** Work order **
Beginning at the top of the data below, write out every line exactly until you reach the line with "v -0.7 -3.3 -10.276", and include that line.
--- Data to use Enclosed Below ---
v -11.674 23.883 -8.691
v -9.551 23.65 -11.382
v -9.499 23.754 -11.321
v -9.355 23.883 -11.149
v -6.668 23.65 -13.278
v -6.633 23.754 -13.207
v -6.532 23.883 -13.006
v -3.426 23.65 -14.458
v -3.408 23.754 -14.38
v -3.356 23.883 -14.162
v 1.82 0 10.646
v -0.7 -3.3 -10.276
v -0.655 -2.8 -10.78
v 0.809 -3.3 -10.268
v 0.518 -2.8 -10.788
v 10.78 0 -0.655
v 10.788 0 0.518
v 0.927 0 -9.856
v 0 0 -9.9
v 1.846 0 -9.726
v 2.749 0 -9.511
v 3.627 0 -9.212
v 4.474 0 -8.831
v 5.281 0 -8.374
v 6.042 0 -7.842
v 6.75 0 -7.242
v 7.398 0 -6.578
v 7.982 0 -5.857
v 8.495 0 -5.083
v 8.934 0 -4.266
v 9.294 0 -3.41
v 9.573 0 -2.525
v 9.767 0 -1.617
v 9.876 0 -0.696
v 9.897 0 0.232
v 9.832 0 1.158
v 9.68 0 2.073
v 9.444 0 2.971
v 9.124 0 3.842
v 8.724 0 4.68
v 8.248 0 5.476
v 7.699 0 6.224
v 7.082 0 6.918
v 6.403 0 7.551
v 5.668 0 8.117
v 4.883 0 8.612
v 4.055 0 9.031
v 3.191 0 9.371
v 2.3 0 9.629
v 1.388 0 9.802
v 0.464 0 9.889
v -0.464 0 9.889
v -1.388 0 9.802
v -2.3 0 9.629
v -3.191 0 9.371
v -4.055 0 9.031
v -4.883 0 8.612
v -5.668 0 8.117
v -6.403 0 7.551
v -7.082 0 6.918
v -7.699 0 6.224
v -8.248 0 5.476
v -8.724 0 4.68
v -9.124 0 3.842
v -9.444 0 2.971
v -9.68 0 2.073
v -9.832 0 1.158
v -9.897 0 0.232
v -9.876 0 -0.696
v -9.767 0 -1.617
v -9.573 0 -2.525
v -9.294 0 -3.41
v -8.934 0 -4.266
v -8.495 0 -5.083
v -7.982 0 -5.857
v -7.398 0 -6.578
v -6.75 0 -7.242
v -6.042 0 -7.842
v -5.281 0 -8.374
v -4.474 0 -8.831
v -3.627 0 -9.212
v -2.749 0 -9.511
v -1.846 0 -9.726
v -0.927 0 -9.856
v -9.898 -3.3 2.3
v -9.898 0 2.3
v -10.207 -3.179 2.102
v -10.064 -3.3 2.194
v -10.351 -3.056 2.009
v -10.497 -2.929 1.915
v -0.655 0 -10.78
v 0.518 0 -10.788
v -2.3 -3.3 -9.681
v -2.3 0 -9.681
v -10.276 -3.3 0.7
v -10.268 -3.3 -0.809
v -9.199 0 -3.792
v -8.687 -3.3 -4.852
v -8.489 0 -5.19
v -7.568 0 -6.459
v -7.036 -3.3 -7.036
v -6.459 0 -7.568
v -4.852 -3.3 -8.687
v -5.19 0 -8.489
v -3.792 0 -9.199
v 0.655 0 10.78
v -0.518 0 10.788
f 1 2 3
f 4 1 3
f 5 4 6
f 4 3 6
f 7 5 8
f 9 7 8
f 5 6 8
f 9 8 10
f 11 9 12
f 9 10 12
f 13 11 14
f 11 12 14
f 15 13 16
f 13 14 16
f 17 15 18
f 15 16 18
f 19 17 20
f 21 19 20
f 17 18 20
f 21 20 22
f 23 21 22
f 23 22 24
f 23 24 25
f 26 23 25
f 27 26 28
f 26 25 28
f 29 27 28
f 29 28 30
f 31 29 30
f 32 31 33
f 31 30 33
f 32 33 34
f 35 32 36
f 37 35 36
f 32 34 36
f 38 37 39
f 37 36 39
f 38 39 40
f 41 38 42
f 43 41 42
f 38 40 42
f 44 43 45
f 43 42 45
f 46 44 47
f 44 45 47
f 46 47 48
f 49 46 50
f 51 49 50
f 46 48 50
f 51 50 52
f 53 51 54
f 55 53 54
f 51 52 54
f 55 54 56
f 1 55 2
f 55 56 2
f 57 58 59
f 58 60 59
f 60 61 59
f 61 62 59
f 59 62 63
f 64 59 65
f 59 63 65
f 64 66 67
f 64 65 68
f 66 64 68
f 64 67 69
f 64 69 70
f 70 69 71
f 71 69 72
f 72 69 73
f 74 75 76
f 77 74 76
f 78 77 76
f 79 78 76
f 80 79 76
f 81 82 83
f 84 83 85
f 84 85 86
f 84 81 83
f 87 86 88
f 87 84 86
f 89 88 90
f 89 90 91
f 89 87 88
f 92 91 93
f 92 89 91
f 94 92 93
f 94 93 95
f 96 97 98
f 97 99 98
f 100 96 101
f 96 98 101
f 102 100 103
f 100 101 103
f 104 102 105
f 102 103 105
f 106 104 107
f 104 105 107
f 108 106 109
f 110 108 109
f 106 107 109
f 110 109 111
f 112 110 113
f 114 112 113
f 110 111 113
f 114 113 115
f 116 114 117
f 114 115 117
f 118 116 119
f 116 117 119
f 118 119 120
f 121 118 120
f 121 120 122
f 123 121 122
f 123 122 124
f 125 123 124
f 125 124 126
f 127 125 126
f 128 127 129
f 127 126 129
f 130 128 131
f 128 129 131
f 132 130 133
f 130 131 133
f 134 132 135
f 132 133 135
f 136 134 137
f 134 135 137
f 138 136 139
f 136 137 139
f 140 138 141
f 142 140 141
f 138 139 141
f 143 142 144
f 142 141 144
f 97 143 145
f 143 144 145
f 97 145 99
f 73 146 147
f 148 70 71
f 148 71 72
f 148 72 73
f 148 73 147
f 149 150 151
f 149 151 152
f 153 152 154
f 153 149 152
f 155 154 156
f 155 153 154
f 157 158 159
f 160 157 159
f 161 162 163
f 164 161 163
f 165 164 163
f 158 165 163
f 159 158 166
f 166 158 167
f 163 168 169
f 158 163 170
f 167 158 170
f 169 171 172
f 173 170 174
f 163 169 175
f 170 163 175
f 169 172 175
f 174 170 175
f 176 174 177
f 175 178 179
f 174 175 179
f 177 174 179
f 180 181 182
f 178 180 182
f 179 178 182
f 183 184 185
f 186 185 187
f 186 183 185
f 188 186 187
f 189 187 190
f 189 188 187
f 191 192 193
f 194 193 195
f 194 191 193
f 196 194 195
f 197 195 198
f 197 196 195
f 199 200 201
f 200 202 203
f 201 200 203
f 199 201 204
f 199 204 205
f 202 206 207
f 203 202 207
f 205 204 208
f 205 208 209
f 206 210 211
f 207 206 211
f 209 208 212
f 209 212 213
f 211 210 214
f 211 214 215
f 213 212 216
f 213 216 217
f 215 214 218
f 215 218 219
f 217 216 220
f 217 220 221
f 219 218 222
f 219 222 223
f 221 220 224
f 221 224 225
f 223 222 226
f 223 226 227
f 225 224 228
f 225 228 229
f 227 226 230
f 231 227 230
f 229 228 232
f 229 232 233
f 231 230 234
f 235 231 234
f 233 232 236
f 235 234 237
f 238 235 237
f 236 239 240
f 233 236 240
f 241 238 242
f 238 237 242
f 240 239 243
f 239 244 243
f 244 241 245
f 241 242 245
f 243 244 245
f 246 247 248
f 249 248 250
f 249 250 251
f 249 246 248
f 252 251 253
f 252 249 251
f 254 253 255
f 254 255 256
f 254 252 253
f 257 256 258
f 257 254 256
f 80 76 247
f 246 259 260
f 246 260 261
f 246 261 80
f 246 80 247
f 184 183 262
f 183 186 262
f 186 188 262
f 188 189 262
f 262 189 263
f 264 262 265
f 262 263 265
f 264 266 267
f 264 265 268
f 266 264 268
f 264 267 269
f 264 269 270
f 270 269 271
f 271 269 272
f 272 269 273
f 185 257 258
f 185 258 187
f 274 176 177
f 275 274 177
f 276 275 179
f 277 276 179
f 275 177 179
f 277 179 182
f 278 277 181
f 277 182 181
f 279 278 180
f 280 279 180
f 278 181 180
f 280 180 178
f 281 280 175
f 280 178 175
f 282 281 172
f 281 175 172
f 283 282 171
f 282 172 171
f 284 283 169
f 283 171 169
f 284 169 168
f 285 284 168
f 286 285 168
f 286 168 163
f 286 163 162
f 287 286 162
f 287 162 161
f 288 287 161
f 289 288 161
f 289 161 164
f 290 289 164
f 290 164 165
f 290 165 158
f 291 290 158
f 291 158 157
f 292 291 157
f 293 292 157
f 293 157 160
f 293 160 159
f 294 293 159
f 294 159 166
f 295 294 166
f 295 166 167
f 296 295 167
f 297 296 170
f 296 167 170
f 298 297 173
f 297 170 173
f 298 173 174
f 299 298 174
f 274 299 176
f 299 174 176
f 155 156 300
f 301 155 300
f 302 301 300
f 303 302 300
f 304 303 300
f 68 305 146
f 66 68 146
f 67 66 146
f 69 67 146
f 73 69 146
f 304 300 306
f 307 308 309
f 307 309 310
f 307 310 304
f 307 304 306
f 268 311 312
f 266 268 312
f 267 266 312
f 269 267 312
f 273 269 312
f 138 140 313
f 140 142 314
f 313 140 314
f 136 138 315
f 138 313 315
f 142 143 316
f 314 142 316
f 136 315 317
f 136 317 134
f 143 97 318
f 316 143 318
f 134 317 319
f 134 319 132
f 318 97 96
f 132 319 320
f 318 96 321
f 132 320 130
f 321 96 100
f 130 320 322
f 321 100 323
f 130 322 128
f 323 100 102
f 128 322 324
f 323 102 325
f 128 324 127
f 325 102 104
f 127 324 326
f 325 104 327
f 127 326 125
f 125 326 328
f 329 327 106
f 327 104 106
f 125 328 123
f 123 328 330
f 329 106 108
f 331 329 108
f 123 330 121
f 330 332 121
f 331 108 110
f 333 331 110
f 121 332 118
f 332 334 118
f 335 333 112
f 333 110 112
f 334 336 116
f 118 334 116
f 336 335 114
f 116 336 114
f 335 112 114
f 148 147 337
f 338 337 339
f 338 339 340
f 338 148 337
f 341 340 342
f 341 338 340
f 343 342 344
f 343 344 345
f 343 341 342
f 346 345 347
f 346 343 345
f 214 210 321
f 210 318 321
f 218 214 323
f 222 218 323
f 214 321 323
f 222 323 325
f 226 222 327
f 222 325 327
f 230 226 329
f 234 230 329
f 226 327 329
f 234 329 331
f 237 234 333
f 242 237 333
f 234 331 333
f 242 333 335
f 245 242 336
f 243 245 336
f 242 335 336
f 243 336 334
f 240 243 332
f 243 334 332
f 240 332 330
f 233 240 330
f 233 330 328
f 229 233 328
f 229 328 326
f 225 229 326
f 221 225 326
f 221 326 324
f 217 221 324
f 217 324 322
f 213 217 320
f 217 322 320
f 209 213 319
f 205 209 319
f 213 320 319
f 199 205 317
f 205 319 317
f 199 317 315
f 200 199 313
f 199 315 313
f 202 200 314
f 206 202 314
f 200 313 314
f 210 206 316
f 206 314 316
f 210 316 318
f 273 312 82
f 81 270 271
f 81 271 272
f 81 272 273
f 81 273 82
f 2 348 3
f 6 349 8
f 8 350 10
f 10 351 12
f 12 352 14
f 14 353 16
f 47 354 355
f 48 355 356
--- End of Enclosed Data to use ---
** Result for this exercise **
v -11.674 23.883 -8.691
v -9.551 23.65 -11.382
v -9.499 23.754 -11.321
v -9.355 23.883 -11.149
v -6.668 23.65 -13.278
v -6.633 23.754 -13.207
v -6.532 23.883 -13.006
v -3.426 23.65 -14.458
v -3.408 23.754 -14.38
v -3.356 23.883 -14.162
v 1.82 0 10.646
v -0.7 -3.3 -10.276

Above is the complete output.